Data to use:
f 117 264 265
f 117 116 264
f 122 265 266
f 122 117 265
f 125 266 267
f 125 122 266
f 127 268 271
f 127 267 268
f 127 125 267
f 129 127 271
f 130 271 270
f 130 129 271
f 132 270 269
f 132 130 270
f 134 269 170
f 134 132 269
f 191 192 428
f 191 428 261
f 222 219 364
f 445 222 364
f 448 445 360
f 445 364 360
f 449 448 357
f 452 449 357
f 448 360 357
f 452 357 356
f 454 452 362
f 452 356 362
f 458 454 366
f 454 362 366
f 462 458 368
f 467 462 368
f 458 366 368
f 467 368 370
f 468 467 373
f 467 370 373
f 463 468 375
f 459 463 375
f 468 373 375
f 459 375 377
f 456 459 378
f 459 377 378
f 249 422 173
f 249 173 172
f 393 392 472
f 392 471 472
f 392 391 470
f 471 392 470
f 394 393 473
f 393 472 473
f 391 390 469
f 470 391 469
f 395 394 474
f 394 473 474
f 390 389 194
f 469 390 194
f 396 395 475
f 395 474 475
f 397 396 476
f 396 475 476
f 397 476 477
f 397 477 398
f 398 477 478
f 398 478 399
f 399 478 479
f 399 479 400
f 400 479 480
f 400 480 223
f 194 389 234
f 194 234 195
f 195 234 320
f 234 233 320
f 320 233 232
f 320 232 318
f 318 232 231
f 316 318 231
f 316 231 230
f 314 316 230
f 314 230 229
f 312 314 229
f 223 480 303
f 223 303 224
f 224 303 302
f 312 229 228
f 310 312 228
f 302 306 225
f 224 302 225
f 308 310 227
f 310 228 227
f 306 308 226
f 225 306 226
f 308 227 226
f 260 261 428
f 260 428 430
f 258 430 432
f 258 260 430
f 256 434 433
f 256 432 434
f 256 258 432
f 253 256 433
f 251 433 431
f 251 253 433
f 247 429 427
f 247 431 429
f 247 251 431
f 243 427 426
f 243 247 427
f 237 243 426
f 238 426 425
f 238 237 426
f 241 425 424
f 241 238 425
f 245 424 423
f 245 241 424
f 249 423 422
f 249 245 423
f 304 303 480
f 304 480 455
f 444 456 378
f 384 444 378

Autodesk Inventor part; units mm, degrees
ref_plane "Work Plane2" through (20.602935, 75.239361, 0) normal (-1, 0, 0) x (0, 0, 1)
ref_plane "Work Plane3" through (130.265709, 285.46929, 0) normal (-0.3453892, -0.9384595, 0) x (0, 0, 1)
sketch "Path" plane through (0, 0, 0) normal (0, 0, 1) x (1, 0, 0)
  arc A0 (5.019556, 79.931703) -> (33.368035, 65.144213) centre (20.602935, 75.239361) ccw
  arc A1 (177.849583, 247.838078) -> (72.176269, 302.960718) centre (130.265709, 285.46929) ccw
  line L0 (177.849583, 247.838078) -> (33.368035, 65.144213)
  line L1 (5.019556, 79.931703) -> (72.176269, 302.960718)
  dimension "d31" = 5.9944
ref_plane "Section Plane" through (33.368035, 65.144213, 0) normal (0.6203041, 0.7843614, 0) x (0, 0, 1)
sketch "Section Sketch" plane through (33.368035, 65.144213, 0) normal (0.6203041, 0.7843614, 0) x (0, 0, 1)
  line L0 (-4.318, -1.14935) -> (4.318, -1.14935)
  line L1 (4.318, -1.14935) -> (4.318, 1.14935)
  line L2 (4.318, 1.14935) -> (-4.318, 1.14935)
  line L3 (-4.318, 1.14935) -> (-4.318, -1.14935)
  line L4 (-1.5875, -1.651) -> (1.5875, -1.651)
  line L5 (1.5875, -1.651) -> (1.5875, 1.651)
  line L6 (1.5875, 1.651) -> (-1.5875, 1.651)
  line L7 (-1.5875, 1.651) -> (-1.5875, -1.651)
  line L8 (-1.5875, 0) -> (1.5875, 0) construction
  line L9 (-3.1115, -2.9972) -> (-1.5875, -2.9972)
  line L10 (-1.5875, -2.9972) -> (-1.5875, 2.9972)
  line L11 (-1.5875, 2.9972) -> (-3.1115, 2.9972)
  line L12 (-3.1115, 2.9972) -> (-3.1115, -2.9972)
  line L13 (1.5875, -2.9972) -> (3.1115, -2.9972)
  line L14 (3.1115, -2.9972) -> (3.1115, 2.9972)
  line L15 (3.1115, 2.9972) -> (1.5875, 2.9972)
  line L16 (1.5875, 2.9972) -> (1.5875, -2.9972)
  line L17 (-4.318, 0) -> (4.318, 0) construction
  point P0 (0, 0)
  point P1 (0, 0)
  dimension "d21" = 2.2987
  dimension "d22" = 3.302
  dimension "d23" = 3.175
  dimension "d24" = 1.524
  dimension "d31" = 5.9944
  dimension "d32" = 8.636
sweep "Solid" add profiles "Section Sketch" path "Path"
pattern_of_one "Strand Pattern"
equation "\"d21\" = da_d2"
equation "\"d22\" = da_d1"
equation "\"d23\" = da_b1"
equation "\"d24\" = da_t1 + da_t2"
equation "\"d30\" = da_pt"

Task directions:
In the listing above, show every line with the word "equation".

Exercise solution:
equation "\"d21\" = da_d2"
equation "\"d22\" = da_d1"
equation "\"d23\" = da_b1"
equation "\"d24\" = da_t1 + da_t2"
equation "\"d30\" = da_pt"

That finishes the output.